I did come across 29848 but from what I have gathered online, it isn't really endoscopic.  There is a small knife tool that enters the wrist while an external piece performs the ultrasound portion.  So the "eyes" are outside the structure.  I do like your 76998 ultrasound code better than the 76942 that was suggested though, so thanks for that!
  I wish I just had an op note.  I will update if/when I get this figured out but I would LOVE more input if anyone else has ideas on this.
Thanks!


----------



## jfolz (Dec 7, 2017)

*The Op Notes are finally arriving*

"Ultrasound-guided microinvasive right carpal tunnel release and complete diagnostic ultrasound of the volar wrist and carpal tunnel"
Wrist is prepped and placed in a slight dorsiflex position.
        "The sterile ultrasound device was brought onto the field and a complete, diagnostic ultrasound was then performed starting in the short axis at the volar wrist flexion crease.  The median nerve was noted to be in the native normal location.  The flexor tendons were likewise similarly located without anomaly.  The scan in the short axis was continued proximally until the median nerve was subjacent to the flexor carpi radialis tendon.  The palmar cutaneous branch of the median nerve was then identified and noted to have its normal takeoff on the radial aspect of the median nerve towards the flexor carpi radialis tendon.  
        The probe was then moved distally in the short axis past the pisiform and to the level of the hook of the hamate.  The recurrent motor branch of the median nerve was then identified.  Its normal passage to the thenar muscles on the radial aspect of the nerve was confirmed and there were no anomalies of the motor branch to the median nerve noted.
        The long axis diagnostic maneuver was then performed from ulnar to radial.  The median nerve was noted to be in its normal position with normal fascicular architecture present.  The transverse carpal ligament was identified and a normal taper was identified distally.  The palmar arch was identified in its normal position and the midpalmar pad identified.  
       Confirming all of the anatomy in its normal condition, the procedure proceeded by placing a 25-gauge needle into the ulnar aspect of the carpal tunnel and hydrodissecting the flexor tendons away from the transverse carpal ligament in the ulnar aspect of the tunnel to create a plane for the placement of our device.  10cc of .5% Marcaine were used.
        The probe was then returned to the short axis.  A small stab wound proximally to the wrist flexion crease and just ulnar to the palmaris longus tendon was then created under ultrasound-guided positioning for ulnar entry into the carpal tunnel.  Kutz-Kleinert Elavator was then placed into the carpal tunnel, the undersurface of the transverse carpal ligament was debrided, and an excellent space was made for placement of the Sonex SX-One MicroKnife.
         The device had been prepared on the back table with priming of the balloons.  The device was placed under direct ultrasound vision with the probe in the long axis.  Distal positioning was confirmed at the taper of the transverse carpal ligament.  This was reconfirmed in the short axis as well.  The distal crossovers were checked for the ulnar artery, palmer arch, and the digital artery branches of the median nerve, all of which crossed over distal to the tip of the device. 
         At that point, the probe was returned to the short axis at the level of the hook of the hamate.  The balloons were deployed.  The probe was turned to the long axis.  The position was confirmed and the blade was deployed at this time.  The transverse carpal ligament was divided from distal to proximal under direct vision with the ultrasound in the long axis.  At the most proximal extent of the release the antebrachial fascia was released to the end of the device.  The blade was then redeployed and pushed distally back into the distal recesses position, again , all under direct visualization.
         The release appeared to be quite satisfactory.  The balloons were deflated.  The device was removed, again under direct vision of the ultrasound.  The Kutz-Kleinert was then placed into the tunnel; the release was probed and confirmed to be adequate in both the long axis and the short axis.
         The release having been competed, the procedure was concluded by closing the incision with a single horizontal mattress 4-0 nylon suture."

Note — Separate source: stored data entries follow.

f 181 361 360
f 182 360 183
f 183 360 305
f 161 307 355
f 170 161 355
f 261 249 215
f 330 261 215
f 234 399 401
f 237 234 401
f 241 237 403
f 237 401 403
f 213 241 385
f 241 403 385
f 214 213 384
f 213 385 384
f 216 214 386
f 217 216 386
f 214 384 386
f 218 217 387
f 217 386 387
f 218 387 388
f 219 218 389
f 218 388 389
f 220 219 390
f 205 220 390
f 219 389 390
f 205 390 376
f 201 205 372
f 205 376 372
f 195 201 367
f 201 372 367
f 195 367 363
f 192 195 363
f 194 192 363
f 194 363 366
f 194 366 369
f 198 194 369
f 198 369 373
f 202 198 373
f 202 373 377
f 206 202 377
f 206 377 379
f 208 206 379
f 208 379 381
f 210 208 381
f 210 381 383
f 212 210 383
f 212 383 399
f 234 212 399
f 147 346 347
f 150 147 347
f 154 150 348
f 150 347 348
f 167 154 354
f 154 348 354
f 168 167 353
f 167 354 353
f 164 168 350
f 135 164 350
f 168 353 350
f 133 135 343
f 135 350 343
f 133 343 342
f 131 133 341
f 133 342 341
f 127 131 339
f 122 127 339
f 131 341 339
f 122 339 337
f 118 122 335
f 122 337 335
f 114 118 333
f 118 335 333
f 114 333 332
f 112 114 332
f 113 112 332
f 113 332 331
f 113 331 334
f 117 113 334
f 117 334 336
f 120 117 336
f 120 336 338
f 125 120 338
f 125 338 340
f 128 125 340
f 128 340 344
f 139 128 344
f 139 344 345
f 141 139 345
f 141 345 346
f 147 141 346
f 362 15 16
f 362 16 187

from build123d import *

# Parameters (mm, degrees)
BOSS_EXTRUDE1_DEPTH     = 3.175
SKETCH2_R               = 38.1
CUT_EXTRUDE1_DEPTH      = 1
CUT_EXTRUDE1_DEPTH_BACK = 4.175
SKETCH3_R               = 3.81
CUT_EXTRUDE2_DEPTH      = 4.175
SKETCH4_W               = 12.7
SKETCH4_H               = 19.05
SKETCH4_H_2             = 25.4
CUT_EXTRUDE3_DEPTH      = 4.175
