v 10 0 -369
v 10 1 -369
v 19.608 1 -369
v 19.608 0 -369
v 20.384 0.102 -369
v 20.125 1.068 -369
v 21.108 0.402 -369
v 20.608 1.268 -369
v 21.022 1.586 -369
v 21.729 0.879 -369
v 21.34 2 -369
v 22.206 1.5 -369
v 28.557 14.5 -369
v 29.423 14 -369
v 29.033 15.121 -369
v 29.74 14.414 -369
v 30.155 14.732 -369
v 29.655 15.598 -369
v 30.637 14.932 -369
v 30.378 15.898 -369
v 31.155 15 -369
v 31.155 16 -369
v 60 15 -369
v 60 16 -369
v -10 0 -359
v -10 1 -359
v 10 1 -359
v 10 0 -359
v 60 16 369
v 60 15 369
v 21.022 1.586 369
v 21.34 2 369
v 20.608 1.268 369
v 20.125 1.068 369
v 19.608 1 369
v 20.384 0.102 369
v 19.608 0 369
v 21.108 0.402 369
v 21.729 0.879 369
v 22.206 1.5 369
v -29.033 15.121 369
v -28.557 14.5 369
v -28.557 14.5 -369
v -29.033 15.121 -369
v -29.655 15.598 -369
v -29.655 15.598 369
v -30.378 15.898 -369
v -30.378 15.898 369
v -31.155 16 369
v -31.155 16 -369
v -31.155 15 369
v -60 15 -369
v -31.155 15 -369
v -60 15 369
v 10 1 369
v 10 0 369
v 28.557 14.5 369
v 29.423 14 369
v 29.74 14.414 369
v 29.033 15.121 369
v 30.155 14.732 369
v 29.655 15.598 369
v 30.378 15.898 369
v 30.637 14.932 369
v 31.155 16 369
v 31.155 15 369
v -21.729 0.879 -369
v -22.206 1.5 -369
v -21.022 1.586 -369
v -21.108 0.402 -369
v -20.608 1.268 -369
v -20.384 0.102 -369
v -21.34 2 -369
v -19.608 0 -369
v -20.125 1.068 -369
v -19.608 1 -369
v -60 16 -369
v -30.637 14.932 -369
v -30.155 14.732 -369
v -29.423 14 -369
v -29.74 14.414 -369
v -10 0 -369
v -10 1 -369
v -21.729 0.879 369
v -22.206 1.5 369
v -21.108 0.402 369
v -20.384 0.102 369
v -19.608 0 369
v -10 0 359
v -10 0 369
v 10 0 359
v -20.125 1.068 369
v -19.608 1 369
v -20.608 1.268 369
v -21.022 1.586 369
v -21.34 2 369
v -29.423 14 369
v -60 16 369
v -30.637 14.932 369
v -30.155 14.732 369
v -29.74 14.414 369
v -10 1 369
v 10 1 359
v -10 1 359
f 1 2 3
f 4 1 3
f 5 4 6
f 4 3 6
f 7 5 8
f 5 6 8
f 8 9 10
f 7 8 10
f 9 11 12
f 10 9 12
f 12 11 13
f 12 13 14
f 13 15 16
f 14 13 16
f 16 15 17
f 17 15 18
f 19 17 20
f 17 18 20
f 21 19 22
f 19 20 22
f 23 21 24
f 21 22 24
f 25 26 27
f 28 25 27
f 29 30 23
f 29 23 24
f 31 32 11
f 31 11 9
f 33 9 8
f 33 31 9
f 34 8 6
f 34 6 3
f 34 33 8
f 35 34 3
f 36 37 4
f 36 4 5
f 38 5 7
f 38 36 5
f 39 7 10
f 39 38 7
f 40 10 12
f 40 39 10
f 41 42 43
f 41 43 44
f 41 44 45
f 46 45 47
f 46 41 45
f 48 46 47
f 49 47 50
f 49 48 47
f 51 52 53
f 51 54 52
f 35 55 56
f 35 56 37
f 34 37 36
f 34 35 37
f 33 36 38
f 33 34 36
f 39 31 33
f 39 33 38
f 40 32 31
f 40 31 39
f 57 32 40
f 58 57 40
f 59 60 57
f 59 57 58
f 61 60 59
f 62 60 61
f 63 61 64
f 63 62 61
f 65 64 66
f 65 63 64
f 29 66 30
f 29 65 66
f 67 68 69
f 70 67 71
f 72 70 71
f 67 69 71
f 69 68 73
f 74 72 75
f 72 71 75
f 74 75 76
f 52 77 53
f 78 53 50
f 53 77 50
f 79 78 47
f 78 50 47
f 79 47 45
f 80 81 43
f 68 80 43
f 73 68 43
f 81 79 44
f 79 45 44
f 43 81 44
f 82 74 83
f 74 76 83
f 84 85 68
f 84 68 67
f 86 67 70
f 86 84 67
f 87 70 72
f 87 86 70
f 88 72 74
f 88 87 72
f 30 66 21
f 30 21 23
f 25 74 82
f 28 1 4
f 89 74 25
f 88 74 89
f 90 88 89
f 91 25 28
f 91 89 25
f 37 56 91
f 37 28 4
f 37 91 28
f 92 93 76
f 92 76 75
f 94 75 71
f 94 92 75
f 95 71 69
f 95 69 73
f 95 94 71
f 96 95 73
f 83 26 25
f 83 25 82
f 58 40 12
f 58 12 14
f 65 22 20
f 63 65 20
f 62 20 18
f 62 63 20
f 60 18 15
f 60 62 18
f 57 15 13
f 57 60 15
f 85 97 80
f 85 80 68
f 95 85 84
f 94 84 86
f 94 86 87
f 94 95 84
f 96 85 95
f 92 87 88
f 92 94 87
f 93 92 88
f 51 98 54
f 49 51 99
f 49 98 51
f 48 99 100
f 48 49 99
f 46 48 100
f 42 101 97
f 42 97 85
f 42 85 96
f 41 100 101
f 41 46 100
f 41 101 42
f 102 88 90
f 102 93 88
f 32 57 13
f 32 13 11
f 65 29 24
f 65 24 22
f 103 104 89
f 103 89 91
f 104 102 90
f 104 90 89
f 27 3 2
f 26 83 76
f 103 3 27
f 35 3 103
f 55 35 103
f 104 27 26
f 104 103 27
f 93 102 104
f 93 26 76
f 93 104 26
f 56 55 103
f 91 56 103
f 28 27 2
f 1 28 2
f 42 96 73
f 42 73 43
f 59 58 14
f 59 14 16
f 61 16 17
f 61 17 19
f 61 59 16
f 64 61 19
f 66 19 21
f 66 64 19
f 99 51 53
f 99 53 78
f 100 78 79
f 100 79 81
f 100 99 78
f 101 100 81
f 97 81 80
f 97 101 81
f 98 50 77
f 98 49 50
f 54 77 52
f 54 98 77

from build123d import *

# Parameters (mm, degrees)
BASE_FLANGE1_DEPTH = 369
CUT_EXTRUDE1_REACH = 376.147
SKETCH2_W          = 20
SKETCH2_H          = 10


# Sheet-metal steps are written as plain solids
with BuildPart() as part:
    # Sketch1 → Base-Flange1 (new, symmetric)
    with BuildSketch(Plane.XY):
        with BuildLine():
            Line((-60, 15), (-31.154700538, 15))
            ThreePointArc((-31.154700538, 15), (-30.154700538, 14.732050808), (-29.422649731, 14))
            Line((-29.422649731, 14), (-22.205771366, 1.5))
            ThreePointArc((-22.205771366, 1.5), (-21.107695155, 0.401923789), (-19.607695155, 0))
            Line((-19.607695155, 0), (19.607695155, 0))
            ThreePointArc((19.607695155, 0), (21.107695155, 0.401923789), (22.205771366, 1.5))
            Line((22.205771366, 1.5), (29.422649731, 14))
            ThreePointArc((29.422649731, 14), (30.154700538, 14.732050808), (31.154700538, 15))
            Line((31.154700538, 15), (60, 15))
            Line((60, 15), (60, 16))
            Line((60, 16), (31.154700538, 16))
            ThreePointArc((31.154700538, 16), (29.654700538, 15.598076211), (28.556624327, 14.5))
            Line((28.556624327, 14.5), (21.339745962, 2))
            ThreePointArc((21.339745962, 2), (20.607695155, 1.267949192), (19.607695155, 1))
            Line((19.607695155, 1), (-19.607695155, 1))
            ThreePointArc((-19.607695155, 1), (-20.607695155, 1.267949192), (-21.339745962, 2))
            Line((-21.339745962, 2), (-28.556624327, 14.5))
            ThreePointArc((-28.556624327, 14.5), (-29.654700538, 15.598076211), (-31.154700538, 16))
            Line((-31.154700538, 16), (-60, 16))
            Line((-60, 16), (-60, 15))
        make_face()
    extrude(amount=BASE_FLANGE1_DEPTH, both=True)

    # Sketch2 → Cut-Extrude1 (cut, up to next)
    with BuildSketch(Plane(origin=(0, 1, 0), x_dir=(1, 0, 0), z_dir=(0, 1, 0)), mode=Mode.PRIVATE) as cut_extrude1_sk1:
        with Locations((0, 364)):
            Rectangle(SKETCH2_W, SKETCH2_H)
    cut_extrude1_tool1 = extrude(cut_extrude1_sk1.sketch, amount=-CUT_EXTRUDE1_REACH, mode=Mode.PRIVATE) & part.part
    # Sketch2 → Cut-Extrude1 (cut, up to next)
    with BuildSketch(Plane(origin=(0, 1, 0), x_dir=(1, 0, 0), z_dir=(0, 1, 0)), mode=Mode.PRIVATE) as cut_extrude1_sk2:
        with Locations((0, -364)):
            Rectangle(SKETCH2_W, SKETCH2_H)
    cut_extrude1_tool2 = extrude(cut_extrude1_sk2.sketch, amount=-CUT_EXTRUDE1_REACH, mode=Mode.PRIVATE) & part.part
    add(cut_extrude1_tool1.solids().sort_by_distance((0, 1, -364))[0], mode=Mode.SUBTRACT)
    add(cut_extrude1_tool2.solids().sort_by_distance((0, 1, 364))[0], mode=Mode.SUBTRACT)


solid = part.part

We are currently coding these as unlisted 64999 and 76998.  After seeing the Op Note, does anyone have any more input on the proper coding of this procedure?


----------



## AlanPechacek (Dec 7, 2017)

For what it is worth, a *Carpal Tunnel Release* is a Carpal Tunnel Release, *64721*, regardless of the technique (totally open, partially open, percutaneous, etc. since they all require an incision of some size or type), except for Endoscopic/Arthroscopic which has its own code, *29848*.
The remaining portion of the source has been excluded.